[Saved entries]
+++++
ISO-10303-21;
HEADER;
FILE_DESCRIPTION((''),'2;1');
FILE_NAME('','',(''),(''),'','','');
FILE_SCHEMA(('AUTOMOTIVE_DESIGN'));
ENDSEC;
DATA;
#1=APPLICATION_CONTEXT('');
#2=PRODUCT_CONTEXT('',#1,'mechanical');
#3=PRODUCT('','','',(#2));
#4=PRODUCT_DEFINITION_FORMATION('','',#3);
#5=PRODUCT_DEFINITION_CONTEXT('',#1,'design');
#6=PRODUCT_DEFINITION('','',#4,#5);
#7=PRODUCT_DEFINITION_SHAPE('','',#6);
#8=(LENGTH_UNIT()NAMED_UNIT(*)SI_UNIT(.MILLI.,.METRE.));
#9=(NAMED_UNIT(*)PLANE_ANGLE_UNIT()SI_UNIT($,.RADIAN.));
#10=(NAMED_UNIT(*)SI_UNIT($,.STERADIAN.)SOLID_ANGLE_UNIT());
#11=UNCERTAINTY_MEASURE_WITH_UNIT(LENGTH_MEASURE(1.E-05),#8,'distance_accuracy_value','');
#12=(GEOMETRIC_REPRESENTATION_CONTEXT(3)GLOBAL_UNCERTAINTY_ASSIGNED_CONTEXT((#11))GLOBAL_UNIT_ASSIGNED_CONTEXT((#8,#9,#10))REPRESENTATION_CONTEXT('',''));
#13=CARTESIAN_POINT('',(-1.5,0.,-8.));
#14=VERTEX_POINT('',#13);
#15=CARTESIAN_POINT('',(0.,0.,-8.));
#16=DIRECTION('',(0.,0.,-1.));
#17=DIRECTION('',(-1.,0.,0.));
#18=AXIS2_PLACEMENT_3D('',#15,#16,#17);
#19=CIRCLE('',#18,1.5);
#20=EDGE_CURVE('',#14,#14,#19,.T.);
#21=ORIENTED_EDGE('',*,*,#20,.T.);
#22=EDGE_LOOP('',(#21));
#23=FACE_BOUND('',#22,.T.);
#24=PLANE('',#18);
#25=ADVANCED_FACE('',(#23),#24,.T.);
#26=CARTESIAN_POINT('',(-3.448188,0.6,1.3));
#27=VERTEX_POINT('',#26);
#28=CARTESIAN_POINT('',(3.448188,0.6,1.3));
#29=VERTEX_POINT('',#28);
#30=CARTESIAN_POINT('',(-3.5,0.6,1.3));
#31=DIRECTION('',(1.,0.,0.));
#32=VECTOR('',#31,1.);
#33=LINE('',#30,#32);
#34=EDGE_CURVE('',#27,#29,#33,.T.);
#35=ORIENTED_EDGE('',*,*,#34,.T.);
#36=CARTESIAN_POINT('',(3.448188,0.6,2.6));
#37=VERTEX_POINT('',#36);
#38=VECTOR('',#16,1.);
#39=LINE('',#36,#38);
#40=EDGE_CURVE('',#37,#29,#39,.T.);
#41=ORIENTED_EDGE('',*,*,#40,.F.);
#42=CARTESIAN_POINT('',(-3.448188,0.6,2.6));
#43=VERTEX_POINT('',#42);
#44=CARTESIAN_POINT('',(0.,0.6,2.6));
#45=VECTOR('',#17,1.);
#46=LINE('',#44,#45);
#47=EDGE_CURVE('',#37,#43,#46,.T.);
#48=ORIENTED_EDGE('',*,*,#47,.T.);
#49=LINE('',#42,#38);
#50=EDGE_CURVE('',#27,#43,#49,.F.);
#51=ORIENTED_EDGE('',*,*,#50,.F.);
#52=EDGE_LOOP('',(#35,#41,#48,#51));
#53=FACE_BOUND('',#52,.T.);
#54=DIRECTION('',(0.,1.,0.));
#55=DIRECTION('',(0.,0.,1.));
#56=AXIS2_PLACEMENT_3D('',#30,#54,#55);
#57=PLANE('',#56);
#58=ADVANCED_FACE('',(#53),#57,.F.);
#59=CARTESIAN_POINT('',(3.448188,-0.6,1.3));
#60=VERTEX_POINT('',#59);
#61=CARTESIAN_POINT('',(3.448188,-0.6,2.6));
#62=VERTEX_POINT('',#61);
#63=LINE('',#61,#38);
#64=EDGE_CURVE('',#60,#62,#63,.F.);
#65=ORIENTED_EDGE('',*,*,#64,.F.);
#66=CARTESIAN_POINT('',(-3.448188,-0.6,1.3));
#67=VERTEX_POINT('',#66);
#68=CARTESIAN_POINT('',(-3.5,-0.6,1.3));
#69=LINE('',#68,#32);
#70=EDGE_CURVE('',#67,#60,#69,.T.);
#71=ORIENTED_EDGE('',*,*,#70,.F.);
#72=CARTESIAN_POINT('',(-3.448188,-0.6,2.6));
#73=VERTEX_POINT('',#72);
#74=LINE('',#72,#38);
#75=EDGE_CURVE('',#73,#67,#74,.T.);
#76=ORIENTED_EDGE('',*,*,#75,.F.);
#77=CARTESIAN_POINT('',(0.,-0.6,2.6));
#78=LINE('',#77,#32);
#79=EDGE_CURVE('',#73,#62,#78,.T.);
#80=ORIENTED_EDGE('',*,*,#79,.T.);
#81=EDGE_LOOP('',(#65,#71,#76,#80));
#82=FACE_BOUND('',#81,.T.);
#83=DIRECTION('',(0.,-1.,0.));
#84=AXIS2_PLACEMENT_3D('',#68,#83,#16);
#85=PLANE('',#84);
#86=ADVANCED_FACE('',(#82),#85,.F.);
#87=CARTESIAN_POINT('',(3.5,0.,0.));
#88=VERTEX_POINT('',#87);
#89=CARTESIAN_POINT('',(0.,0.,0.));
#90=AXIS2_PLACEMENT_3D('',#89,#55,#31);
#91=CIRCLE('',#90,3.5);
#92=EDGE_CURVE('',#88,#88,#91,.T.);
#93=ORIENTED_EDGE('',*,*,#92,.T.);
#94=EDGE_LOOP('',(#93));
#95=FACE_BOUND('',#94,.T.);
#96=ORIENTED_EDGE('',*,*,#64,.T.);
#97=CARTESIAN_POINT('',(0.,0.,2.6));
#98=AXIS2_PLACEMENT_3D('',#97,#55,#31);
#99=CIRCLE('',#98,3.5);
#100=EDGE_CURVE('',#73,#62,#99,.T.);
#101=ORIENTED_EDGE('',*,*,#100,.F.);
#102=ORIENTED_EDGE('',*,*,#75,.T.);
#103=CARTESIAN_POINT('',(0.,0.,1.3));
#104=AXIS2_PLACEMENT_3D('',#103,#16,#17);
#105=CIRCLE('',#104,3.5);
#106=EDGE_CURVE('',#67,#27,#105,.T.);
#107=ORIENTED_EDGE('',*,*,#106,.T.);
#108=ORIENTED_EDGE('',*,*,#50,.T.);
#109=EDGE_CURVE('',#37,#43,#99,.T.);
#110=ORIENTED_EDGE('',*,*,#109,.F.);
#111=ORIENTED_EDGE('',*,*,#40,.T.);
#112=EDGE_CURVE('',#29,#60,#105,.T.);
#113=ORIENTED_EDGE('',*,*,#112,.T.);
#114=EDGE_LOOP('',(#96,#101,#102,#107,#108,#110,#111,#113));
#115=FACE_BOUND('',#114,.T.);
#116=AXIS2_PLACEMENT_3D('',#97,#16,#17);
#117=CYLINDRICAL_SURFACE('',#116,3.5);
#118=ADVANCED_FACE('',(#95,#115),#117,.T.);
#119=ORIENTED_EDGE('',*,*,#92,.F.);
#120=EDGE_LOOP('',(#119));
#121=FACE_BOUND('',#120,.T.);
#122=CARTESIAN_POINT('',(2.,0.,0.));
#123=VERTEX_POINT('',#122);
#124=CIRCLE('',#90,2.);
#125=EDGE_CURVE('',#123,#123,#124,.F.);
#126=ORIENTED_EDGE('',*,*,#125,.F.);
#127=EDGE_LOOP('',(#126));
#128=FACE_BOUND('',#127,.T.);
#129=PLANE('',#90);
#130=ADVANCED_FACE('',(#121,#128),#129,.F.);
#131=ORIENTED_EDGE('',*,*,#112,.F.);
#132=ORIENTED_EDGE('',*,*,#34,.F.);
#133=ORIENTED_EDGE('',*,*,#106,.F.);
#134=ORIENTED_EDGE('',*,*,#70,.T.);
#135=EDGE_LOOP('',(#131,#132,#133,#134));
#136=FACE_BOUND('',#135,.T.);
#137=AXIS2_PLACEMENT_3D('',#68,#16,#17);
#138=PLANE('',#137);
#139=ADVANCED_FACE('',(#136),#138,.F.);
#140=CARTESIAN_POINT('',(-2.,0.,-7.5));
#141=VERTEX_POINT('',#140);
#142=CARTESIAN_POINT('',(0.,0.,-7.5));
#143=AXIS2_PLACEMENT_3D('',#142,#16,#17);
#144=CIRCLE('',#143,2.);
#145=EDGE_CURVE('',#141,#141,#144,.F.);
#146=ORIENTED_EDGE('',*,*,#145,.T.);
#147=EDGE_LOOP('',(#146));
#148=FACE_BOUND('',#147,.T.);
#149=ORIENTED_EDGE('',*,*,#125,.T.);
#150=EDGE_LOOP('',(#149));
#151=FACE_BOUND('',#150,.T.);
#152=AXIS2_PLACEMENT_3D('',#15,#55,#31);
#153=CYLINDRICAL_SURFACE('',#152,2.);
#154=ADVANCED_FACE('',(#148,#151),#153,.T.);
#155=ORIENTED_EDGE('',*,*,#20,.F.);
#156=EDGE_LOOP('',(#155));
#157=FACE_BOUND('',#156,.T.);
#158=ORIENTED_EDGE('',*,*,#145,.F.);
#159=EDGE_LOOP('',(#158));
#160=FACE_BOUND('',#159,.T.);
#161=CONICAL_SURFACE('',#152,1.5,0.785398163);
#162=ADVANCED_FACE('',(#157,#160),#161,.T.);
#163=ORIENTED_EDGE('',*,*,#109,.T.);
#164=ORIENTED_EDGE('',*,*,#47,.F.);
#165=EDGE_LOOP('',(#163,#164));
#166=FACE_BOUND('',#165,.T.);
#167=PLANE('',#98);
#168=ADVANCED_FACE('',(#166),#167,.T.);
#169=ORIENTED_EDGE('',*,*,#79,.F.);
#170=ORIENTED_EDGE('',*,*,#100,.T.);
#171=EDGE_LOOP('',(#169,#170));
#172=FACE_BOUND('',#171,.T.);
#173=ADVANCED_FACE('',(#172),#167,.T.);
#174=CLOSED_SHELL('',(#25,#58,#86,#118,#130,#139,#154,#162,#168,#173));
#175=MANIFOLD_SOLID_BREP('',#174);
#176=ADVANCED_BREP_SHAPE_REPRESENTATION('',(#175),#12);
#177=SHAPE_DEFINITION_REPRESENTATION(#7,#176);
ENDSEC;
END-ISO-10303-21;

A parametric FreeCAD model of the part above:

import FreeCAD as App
import Part
import Sketcher


def edges_at(feature, points):
    """Names of the edges that pass closest to the given points."""
    edges = feature.Shape.Edges
    near = lambda p: min(range(len(edges)), key=lambda i: edges[i].distToShape(Part.Vertex(*p))[0])
    return sorted({f"Edge{near(p) + 1}" for p in points})


def add_polygon(sketch, points):
    """Adds a closed chain of lines whose ends are joined by coincident constraints."""
    first, n = sketch.GeometryCount, len(points)
    for a, b in zip(points, points[1:] + points[:1]):
        sketch.addGeometry(Part.LineSegment(App.Vector(*a, 0), App.Vector(*b, 0)), False)
    for i in range(n):
        sketch.addConstraint(Sketcher.Constraint("Coincident", first + i, 2, first + (i + 1) % n, 1))

doc = App.newDocument("Part")
body = doc.addObject("PartDesign::Body", "Body")

sketch1 = body.newObject("Sketcher::SketchObject", "Sketch")
sketch1.AttachmentSupport = (doc.getObject("XY_Plane"), [""])
sketch1.MapMode = "FlatFace"
sketch1.addGeometry(Part.Circle(App.Vector(0, 0, 0), App.Vector(0, 0, 1), 3.5), False)
sketch1.addConstraint([
    Sketcher.Constraint("Coincident", 0, 3, -1, 1),
    Sketcher.Constraint("Diameter", 0, 7.0),
])
pad1 = body.newObject("PartDesign::Pad", "Pad")
pad1.Profile = sketch1
pad1.Length = 2.6

sketch2 = body.newObject("Sketcher::SketchObject", "Sketch001")
sketch2.AttachmentSupport = (doc.getObject("XY_Plane"), [""])
sketch2.MapMode = "FlatFace"
sketch2.addGeometry(Part.Circle(App.Vector(0, 0, 0), App.Vector(0, 0, 1), 2), False)
sketch2.addConstraint([
    Sketcher.Constraint("Coincident", 0, 3, -1, 1),
    Sketcher.Constraint("Diameter", 0, 4.0),
])
pad2 = body.newObject("PartDesign::Pad", "Pad001")
pad2.Profile = sketch2
pad2.Length = 8
pad2.Reversed = True
doc.recompute()

chamfer = body.newObject("PartDesign::Chamfer", "Chamfer")
chamfer.Base = (pad2, edges_at(pad2, [(-2, 0, -8)]))
chamfer.Size = 0.5

sketch3 = body.newObject("Sketcher::SketchObject", "Sketch002")
sketch3.AttachmentSupport = (doc.getObject("YZ_Plane"), [""])
sketch3.MapMode = "FlatFace"
add_polygon(sketch3, [(0.6, 2.6), (-0.6, 2.6), (-0.6, 1.3), (0.6, 1.3)])
sketch3.addConstraint([
    Sketcher.Constraint("Horizontal", 0),
    Sketcher.Constraint("Vertical", 1),
    Sketcher.Constraint("Horizontal", 2),
    Sketcher.Constraint("Vertical", 3),
    Sketcher.Constraint("DistanceX", 0, 2, 0, 1, 1.2),
    Sketcher.Constraint("DistanceY", 1, 2, 1, 1, 1.3),
    Sketcher.Constraint("DistanceX", 0, 2, -1, 1, 0.6),
    Sketcher.Constraint("DistanceY", -1, 1, 0, 2, 2.6),
])
pocket1 = body.newObject("PartDesign::Pocket", "Pocket")
pocket1.Profile = sketch3
pocket1.Type = "ThroughAll"
pocket1.Midplane = True

doc.recompute()
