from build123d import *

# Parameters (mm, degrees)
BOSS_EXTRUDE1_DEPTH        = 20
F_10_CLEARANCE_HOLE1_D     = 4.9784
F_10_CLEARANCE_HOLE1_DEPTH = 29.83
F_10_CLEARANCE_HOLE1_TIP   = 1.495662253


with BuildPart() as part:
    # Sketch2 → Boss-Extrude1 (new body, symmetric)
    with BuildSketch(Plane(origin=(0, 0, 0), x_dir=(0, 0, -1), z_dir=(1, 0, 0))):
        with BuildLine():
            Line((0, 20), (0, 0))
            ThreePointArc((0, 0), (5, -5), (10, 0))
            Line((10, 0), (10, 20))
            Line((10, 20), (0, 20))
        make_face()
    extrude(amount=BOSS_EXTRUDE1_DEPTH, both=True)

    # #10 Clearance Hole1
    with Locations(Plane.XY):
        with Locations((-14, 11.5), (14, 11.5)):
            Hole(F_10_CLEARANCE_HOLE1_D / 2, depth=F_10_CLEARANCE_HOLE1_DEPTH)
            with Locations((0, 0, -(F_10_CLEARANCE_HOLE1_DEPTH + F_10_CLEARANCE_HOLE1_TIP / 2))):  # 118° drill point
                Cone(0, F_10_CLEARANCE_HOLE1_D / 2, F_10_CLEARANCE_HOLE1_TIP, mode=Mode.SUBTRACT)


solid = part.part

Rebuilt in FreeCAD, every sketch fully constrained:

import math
import FreeCAD as App
import Part
import Sketcher

V = App.Vector

doc = App.newDocument("Part")
body = doc.addObject("PartDesign::Body", "Body")

# Sketch on YZ plane
sketch1 = body.newObject("Sketcher::SketchObject", "Sketch")
sketch1.AttachmentSupport = (doc.getObject("YZ_Plane"), [""])
sketch1.MapMode = "FlatFace"
sketch1.addGeometry([
    Part.LineSegment(V(20, 0, 0), V(0, 0, 0)),
    Part.ArcOfCircle(Part.Circle(V(0, -5, 0), V(0, 0, 1), 5), math.radians(90), math.radians(270)),
    Part.LineSegment(V(0, -10, 0), V(20, -10, 0)),
    Part.LineSegment(V(20, -10, 0), V(20, 0, 0)),
], False)
sketch1.addConstraint([
    Sketcher.Constraint("Tangent", 0, 2, 1, 1),
    Sketcher.Constraint("Tangent", 1, 2, 2, 1),
    Sketcher.Constraint("Coincident", 2, 2, 3, 1),
    Sketcher.Constraint("Coincident", 3, 2, 0, 1),
    Sketcher.Constraint("Horizontal", 0),
    Sketcher.Constraint("Horizontal", 2),
    Sketcher.Constraint("Vertical", 3),
    Sketcher.Constraint("Coincident", 0, 2, -1, 1),
    Sketcher.Constraint("Radius", 1, 5.0),
    Sketcher.Constraint("DistanceX", 0, 2, 0, 1, 20.0),
])
pad1 = body.newObject("PartDesign::Pad", "Pad")
pad1.Profile = sketch1
pad1.Length = 40
pad1.Midplane = True

# Sketch on XY plane
sketch2 = body.newObject("Sketcher::SketchObject", "Sketch001")
sketch2.AttachmentSupport = (doc.getObject("XY_Plane"), [""])
sketch2.MapMode = "FlatFace"
sketch2.addGeometry([
    Part.Circle(V(-14, 11.5, 0), V(0, 0, 1), 2.5),
    Part.Circle(V(14, 11.5, 0), V(0, 0, 1), 2.5),
], False)
sketch2.addConstraint([
    Sketcher.Constraint("Equal", 0, 1),
    Sketcher.Constraint("Symmetric", 0, 3, 1, 3, -2),
    Sketcher.Constraint("DistanceX", 0, 3, -1, 1, 14.0),
    Sketcher.Constraint("Diameter", 0, 4.9784),
    Sketcher.Constraint("DistanceY", -1, 1, 0, 3, 11.5),
])
doc.recompute()
hole = body.newObject("PartDesign::Hole", "Hole")
hole.Profile = sketch2
hole.ThreadType = "None"
hole.Diameter = 4.9784
hole.DepthType = "Dimension"
hole.Depth = 29.83
hole.DrillPoint = "Angled"
hole.DrillPointAngle = 118

doc.recompute()
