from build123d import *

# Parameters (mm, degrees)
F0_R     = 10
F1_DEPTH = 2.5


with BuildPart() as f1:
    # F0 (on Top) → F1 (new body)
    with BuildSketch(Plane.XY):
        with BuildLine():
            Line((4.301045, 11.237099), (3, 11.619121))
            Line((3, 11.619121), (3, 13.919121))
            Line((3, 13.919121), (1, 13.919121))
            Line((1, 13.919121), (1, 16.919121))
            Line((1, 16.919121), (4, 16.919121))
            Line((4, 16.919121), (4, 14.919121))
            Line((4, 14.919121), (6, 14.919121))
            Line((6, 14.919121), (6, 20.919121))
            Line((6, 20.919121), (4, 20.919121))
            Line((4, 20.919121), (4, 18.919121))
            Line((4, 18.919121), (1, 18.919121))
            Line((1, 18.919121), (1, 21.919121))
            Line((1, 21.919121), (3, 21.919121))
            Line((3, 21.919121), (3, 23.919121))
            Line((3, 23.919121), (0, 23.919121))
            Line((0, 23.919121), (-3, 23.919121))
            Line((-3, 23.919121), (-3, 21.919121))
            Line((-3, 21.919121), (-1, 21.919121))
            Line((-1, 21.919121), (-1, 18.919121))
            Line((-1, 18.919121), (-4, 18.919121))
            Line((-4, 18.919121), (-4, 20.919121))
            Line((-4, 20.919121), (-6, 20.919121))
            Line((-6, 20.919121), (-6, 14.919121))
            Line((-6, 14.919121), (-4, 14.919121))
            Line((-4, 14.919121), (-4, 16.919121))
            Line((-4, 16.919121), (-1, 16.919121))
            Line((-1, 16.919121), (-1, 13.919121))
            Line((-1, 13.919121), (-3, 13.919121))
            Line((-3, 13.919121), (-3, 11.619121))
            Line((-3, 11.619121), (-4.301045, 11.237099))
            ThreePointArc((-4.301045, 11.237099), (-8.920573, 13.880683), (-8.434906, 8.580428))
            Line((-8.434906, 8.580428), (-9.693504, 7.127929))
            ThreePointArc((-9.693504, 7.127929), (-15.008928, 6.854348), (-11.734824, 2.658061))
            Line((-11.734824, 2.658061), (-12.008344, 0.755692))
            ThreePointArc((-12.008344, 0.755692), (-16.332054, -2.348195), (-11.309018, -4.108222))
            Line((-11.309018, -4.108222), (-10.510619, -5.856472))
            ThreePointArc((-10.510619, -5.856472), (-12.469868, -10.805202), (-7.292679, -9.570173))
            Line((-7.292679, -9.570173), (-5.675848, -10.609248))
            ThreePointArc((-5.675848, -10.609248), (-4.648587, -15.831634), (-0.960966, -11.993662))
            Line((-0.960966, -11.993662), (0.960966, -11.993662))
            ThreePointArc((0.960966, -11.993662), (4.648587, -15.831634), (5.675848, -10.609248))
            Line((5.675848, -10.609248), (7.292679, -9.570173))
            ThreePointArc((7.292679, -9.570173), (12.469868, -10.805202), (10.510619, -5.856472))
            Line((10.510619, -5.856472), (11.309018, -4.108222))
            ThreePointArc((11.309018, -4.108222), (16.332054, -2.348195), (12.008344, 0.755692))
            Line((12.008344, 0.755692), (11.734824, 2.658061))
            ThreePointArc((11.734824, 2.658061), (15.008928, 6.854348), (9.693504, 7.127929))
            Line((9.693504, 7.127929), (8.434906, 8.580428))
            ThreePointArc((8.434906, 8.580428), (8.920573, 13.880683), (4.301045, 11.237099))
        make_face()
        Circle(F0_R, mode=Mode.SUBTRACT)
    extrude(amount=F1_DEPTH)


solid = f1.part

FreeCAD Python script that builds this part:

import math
import FreeCAD as App
import Part
import Sketcher
Q = App.Units.Quantity

doc = App.newDocument("Part")
body = doc.addObject("PartDesign::Body", "Body")

sketch1 = body.newObject("Sketcher::SketchObject", "Sketch")
sketch1.AttachmentSupport = (doc.getObject("XY_Plane"), [""])
sketch1.MapMode = "FlatFace"
sketch1.addGeometry([
    Part.LineSegment(App.Vector(4.3, 11.2, 0), App.Vector(3, 11.6, 0)),
    Part.LineSegment(App.Vector(3, 11.6, 0), App.Vector(3, 13.9, 0)),
    Part.LineSegment(App.Vector(3, 13.9, 0), App.Vector(1, 13.9, 0)),
    Part.LineSegment(App.Vector(1, 13.9, 0), App.Vector(1, 16.9, 0)),
    Part.LineSegment(App.Vector(1, 16.9, 0), App.Vector(4, 16.9, 0)),
    Part.LineSegment(App.Vector(4, 16.9, 0), App.Vector(4, 14.9, 0)),
    Part.LineSegment(App.Vector(4, 14.9, 0), App.Vector(6, 14.9, 0)),
    Part.LineSegment(App.Vector(6, 14.9, 0), App.Vector(6, 20.9, 0)),
    Part.LineSegment(App.Vector(6, 20.9, 0), App.Vector(4, 20.9, 0)),
    Part.LineSegment(App.Vector(4, 20.9, 0), App.Vector(4, 18.9, 0)),
    Part.LineSegment(App.Vector(4, 18.9, 0), App.Vector(1, 18.9, 0)),
    Part.LineSegment(App.Vector(1, 18.9, 0), App.Vector(1, 21.9, 0)),
    Part.LineSegment(App.Vector(1, 21.9, 0), App.Vector(3, 21.9, 0)),
    Part.LineSegment(App.Vector(3, 21.9, 0), App.Vector(3, 23.9, 0)),
    Part.LineSegment(App.Vector(3, 23.9, 0), App.Vector(-3, 23.9, 0)),
    Part.LineSegment(App.Vector(-3, 23.9, 0), App.Vector(-3, 21.9, 0)),
    Part.LineSegment(App.Vector(-3, 21.9, 0), App.Vector(-1, 21.9, 0)),
    Part.LineSegment(App.Vector(-1, 21.9, 0), App.Vector(-1, 18.9, 0)),
    Part.LineSegment(App.Vector(-1, 18.9, 0), App.Vector(-4, 18.9, 0)),
    Part.LineSegment(App.Vector(-4, 18.9, 0), App.Vector(-4, 20.9, 0)),
    Part.LineSegment(App.Vector(-4, 20.9, 0), App.Vector(-6, 20.9, 0)),
    Part.LineSegment(App.Vector(-6, 20.9, 0), App.Vector(-6, 14.9, 0)),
+++++
- _TASK_:
Every line above with the word "ThreePointArc" belongs in the answer, copied as written.

- _EXPECTED ANSWER_:
            ThreePointArc((0, 0), (5, -5), (10, 0))
            ThreePointArc((-4.301045, 11.237099), (-8.920573, 13.880683), (-8.434906, 8.580428))
            ThreePointArc((-9.693504, 7.127929), (-15.008928, 6.854348), (-11.734824, 2.658061))
            ThreePointArc((-12.008344, 0.755692), (-16.332054, -2.348195), (-11.309018, -4.108222))
            ThreePointArc((-10.510619, -5.856472), (-12.469868, -10.805202), (-7.292679, -9.570173))
            ThreePointArc((-5.675848, -10.609248), (-4.648587, -15.831634), (-0.960966, -11.993662))
            ThreePointArc((0.960966, -11.993662), (4.648587, -15.831634), (5.675848, -10.609248))
            ThreePointArc((7.292679, -9.570173), (12.469868, -10.805202), (10.510619, -5.856472))
            ThreePointArc((11.309018, -4.108222), (16.332054, -2.348195), (12.008344, 0.755692))
            ThreePointArc((11.734824, 2.658061), (15.008928, 6.854348), (9.693504, 7.127929))
            ThreePointArc((8.434906, 8.580428), (8.920573, 13.880683), (4.301045, 11.237099))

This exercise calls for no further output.